Atteinte d'objectifs
Même si l'accord n'en fait pas état formellement, l'organisation syndicale redoute, par ailleurs, que cette subjectivité se nourrisse de paramètres bel et bien tangibles : des critères d'atteinte d'objectifs. « Dans les faits, assure Fabien Gâche, si l'on fixe à 30 % le gain de productivité sur un poste, le salarié devra s'y soumettre sous peine de voir son supérieur hiérarchique ne pas lui valider ses compétences. »

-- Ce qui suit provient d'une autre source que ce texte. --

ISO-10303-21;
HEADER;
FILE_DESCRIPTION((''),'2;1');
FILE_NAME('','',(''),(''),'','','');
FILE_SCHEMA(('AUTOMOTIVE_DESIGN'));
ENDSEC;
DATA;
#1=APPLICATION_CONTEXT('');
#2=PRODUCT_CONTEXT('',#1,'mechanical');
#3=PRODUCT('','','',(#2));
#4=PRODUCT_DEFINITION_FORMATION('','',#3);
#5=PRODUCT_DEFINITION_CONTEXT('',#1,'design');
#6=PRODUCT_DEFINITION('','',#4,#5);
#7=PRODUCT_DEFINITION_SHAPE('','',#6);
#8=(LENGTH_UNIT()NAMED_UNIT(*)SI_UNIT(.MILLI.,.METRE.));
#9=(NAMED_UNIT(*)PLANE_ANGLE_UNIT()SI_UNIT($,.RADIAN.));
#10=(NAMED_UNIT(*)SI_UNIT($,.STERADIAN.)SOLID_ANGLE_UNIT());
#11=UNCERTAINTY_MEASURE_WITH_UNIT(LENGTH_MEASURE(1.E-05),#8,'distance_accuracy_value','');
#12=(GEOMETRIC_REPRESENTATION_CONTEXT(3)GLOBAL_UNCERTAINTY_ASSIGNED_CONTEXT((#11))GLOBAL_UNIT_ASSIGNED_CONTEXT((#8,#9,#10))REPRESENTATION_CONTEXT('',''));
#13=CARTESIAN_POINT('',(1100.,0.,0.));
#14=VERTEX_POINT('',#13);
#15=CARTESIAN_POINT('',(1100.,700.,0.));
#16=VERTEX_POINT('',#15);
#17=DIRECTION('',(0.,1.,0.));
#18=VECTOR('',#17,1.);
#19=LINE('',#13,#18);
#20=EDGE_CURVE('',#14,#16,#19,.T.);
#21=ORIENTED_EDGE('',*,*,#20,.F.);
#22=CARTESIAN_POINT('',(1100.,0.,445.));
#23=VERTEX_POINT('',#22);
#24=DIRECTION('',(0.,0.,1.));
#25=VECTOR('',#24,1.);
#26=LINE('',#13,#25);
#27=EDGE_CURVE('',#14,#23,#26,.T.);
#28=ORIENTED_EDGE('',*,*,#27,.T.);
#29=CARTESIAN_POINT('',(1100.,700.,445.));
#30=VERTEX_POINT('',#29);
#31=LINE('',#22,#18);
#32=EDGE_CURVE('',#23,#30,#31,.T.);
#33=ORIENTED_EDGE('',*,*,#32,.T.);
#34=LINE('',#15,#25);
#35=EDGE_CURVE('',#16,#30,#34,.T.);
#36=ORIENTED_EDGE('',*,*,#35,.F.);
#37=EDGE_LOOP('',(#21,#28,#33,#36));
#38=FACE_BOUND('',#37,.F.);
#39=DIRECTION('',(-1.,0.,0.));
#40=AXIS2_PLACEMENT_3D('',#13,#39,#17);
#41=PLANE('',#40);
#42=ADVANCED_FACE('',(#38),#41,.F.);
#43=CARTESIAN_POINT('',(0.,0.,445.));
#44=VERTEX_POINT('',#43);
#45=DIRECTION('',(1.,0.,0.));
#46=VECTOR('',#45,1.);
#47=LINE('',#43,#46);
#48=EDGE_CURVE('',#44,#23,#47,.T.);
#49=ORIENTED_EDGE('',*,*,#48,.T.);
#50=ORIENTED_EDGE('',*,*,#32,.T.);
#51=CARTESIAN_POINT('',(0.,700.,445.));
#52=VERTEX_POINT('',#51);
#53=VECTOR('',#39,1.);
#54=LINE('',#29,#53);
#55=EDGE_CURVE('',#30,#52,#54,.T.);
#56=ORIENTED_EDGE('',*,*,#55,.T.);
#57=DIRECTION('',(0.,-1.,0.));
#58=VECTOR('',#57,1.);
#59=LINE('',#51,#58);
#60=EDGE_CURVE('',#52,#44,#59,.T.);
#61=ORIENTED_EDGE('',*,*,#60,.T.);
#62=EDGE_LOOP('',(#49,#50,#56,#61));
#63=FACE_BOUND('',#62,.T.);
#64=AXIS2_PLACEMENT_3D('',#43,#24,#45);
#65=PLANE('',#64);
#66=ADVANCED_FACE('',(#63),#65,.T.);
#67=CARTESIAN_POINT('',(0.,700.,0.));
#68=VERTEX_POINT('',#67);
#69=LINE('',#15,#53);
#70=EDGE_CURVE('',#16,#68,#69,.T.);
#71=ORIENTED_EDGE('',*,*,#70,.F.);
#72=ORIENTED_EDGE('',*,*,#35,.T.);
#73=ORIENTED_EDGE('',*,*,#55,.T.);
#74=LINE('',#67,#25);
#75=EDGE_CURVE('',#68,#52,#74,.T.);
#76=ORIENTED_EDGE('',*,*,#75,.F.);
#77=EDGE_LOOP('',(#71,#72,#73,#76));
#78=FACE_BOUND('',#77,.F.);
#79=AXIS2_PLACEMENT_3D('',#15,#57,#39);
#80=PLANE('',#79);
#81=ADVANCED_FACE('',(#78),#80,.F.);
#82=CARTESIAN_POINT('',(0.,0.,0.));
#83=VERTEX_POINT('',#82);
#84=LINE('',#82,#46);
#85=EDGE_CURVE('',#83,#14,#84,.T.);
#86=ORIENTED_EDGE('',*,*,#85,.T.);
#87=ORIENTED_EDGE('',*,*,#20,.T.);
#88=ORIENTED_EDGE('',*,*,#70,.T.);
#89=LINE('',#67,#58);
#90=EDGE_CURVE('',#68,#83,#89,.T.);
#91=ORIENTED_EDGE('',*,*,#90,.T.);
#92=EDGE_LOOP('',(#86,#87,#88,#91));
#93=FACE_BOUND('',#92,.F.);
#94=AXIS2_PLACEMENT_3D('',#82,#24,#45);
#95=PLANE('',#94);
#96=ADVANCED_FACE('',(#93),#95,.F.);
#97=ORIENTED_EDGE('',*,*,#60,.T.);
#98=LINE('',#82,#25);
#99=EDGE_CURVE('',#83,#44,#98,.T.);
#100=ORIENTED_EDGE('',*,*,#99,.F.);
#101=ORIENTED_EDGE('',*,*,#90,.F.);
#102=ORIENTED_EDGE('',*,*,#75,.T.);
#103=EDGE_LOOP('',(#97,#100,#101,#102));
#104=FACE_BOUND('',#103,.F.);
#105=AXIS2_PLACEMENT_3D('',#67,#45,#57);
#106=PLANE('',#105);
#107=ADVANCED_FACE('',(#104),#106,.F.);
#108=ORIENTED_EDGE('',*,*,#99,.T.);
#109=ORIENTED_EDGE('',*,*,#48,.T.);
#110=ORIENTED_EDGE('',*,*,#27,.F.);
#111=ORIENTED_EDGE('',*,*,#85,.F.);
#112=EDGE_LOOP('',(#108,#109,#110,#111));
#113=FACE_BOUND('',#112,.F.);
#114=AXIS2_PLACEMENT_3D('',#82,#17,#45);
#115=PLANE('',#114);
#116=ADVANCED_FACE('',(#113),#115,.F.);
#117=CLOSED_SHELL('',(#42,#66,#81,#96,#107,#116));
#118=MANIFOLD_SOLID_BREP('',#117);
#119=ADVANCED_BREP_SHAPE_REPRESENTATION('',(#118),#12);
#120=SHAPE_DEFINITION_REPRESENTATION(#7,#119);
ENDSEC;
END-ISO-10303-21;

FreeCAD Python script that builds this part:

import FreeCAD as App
import Part
import Sketcher

V = App.Vector

doc = App.newDocument("Part")
body = doc.addObject("PartDesign::Body", "Body")

# Sketch on XY plane
sketch1 = body.newObject("Sketcher::SketchObject", "Sketch")
sketch1.AttachmentSupport = (doc.getObject("XY_Plane"), [""])
sketch1.MapMode = "FlatFace"
sketch1.addGeometry([
    Part.LineSegment(V(0, 700, 0), V(0, 0, 0)),
    Part.LineSegment(V(0, 0, 0), V(1100, 0, 0)),
    Part.LineSegment(V(1100, 0, 0), V(1100, 700, 0)),
    Part.LineSegment(V(1100, 700, 0), V(0, 700, 0)),
], False)
sketch1.addConstraint([
    Sketcher.Constraint("Coincident", 0, 2, 1, 1),
    Sketcher.Constraint("Coincident", 1, 2, 2, 1),
    Sketcher.Constraint("Coincident", 2, 2, 3, 1),
    Sketcher.Constraint("Coincident", 3, 2, 0, 1),
    Sketcher.Constraint("Vertical", 0),
    Sketcher.Constraint("Horizontal", 1),
    Sketcher.Constraint("Vertical", 2),
    Sketcher.Constraint("Horizontal", 3),
    Sketcher.Constraint("Coincident", 0, 2, -1, 1),
    Sketcher.Constraint("DistanceX", 1, 1, 1, 2, 1100.0),
    Sketcher.Constraint("DistanceY", 0, 2, 0, 1, 700.0),
])
pad1 = body.newObject("PartDesign::Pad", "Pad")
pad1.Profile = sketch1
pad1.Length = 445

doc.recompute()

Enfin, la CGT reste sceptique face à l'étroitesse de l'enveloppe consentie pour la mise en place du système, qui « n'incitera pas, d'après elle, les supérieurs hiérarchiques à valider les compétences ».

Explications : au cours des négociations salariales, ce nouveau dispositif a été évalué à 0,2 % de la masse salariale et accompagne les formations traditionnelles qui, elles, représentent déjà quarante heures par personne et par an. Cette nouvelle mesure n'engendre pas de coûts supplémentaires en termes de formation, car elle s'inscrit dans le cadre de l'augmentation annuelle des budgets formation. D'où le scepticisme de l'organisation syndicale. En tout état de cause, la DRH s'est fixé comme objectif, dans le cadre de son plan d'évolution 2002, une progression pour 50 % des opérateurs, par le biais de la validation des blocs de compétences.